··· Information supplied
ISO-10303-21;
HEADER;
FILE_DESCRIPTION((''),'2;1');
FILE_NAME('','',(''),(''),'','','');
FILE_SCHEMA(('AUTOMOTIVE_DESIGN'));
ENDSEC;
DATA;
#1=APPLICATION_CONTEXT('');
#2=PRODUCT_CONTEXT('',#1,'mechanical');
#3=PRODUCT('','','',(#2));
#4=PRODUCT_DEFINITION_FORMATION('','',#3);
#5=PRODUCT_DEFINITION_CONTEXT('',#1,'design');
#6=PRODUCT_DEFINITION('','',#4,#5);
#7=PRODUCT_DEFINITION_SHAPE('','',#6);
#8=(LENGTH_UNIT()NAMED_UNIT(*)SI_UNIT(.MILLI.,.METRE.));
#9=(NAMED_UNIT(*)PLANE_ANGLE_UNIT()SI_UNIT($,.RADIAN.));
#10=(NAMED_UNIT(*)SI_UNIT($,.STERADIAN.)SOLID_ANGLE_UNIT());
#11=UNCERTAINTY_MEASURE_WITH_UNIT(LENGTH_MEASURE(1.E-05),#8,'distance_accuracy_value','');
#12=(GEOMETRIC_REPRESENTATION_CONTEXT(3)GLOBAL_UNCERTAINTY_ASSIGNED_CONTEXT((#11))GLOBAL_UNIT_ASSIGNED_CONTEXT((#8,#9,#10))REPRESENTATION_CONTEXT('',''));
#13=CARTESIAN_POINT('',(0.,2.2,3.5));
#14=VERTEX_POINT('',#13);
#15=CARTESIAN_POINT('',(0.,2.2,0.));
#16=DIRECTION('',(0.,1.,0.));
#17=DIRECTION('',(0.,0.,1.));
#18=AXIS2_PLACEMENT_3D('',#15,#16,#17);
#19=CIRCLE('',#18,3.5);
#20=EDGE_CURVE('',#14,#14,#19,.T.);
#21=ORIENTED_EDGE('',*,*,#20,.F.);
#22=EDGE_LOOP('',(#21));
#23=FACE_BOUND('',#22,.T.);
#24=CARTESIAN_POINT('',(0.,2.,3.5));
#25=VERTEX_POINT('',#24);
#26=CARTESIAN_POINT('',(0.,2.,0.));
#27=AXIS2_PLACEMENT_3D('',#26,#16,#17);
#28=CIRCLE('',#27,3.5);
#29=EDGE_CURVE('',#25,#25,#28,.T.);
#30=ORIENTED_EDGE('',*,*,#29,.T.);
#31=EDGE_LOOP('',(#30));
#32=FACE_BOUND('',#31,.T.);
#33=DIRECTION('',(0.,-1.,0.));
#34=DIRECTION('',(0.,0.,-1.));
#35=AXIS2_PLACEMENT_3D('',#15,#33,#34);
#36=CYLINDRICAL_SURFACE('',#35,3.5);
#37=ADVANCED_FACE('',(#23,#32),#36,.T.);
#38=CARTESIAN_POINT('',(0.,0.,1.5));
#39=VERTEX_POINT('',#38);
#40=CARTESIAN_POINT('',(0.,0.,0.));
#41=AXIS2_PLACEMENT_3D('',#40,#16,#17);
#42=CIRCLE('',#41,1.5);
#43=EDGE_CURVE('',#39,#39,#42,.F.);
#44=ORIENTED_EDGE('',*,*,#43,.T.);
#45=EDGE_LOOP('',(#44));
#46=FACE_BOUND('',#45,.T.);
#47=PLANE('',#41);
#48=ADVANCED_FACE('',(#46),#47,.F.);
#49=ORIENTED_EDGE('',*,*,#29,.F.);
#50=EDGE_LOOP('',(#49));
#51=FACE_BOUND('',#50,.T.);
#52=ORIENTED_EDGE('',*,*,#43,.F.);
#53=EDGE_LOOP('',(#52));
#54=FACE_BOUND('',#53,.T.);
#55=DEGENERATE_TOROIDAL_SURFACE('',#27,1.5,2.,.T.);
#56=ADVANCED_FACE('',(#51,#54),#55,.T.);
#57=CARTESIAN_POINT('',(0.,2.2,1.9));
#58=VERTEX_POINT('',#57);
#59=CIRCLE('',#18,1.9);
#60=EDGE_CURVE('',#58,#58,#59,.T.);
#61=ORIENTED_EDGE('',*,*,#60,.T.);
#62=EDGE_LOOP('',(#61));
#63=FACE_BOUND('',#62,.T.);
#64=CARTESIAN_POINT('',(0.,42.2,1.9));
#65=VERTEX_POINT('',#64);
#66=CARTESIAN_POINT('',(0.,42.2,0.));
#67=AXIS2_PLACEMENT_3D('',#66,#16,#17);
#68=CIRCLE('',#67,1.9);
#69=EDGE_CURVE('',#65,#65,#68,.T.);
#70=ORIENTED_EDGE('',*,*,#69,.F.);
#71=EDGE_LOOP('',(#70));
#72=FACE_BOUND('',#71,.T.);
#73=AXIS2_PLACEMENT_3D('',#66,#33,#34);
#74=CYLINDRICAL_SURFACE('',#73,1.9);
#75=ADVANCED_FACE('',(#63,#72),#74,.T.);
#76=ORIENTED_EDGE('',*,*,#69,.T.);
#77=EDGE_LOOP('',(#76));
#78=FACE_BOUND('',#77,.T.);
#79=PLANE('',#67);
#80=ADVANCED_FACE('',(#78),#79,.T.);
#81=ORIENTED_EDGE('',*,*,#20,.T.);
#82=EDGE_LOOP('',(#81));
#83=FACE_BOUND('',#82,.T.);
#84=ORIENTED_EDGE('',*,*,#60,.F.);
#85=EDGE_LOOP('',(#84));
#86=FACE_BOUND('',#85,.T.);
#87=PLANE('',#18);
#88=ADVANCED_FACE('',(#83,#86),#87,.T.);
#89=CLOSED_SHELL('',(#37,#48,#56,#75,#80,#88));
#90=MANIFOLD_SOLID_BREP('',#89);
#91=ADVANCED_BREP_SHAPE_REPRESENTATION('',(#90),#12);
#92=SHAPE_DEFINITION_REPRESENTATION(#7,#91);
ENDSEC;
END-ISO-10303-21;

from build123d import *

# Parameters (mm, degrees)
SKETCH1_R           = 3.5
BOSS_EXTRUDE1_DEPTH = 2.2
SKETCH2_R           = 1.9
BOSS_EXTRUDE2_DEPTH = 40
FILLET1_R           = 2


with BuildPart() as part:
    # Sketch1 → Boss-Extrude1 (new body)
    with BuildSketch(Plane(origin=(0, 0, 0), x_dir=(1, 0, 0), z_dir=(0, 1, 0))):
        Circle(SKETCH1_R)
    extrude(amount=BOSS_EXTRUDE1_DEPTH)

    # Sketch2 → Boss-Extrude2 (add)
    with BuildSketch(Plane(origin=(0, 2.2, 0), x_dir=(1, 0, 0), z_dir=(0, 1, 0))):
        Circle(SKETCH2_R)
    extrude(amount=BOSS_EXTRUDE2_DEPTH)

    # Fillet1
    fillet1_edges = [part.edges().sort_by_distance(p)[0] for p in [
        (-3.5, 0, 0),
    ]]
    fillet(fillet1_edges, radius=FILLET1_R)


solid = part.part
······
What needs to be done: Taking the entries above, write out exactly the lines starting with the line containing "#57=CARTESIAN_POINT('',(0.,2.2,1.9));" and going on through the line containing "#72=FACE_BOUND('',#71,.T.);", both included, and nothing else.

Task response:
#57=CARTESIAN_POINT('',(0.,2.2,1.9));
#58=VERTEX_POINT('',#57);
#59=CIRCLE('',#18,1.9);
#60=EDGE_CURVE('',#58,#58,#59,.T.);
#61=ORIENTED_EDGE('',*,*,#60,.T.);
#62=EDGE_LOOP('',(#61));
#63=FACE_BOUND('',#62,.T.);
#64=CARTESIAN_POINT('',(0.,42.2,1.9));
#65=VERTEX_POINT('',#64);
#66=CARTESIAN_POINT('',(0.,42.2,0.));
#67=AXIS2_PLACEMENT_3D('',#66,#16,#17);
#68=CIRCLE('',#67,1.9);
#69=EDGE_CURVE('',#65,#65,#68,.T.);
#70=ORIENTED_EDGE('',*,*,#69,.F.);
#71=EDGE_LOOP('',(#70));
#72=FACE_BOUND('',#71,.T.);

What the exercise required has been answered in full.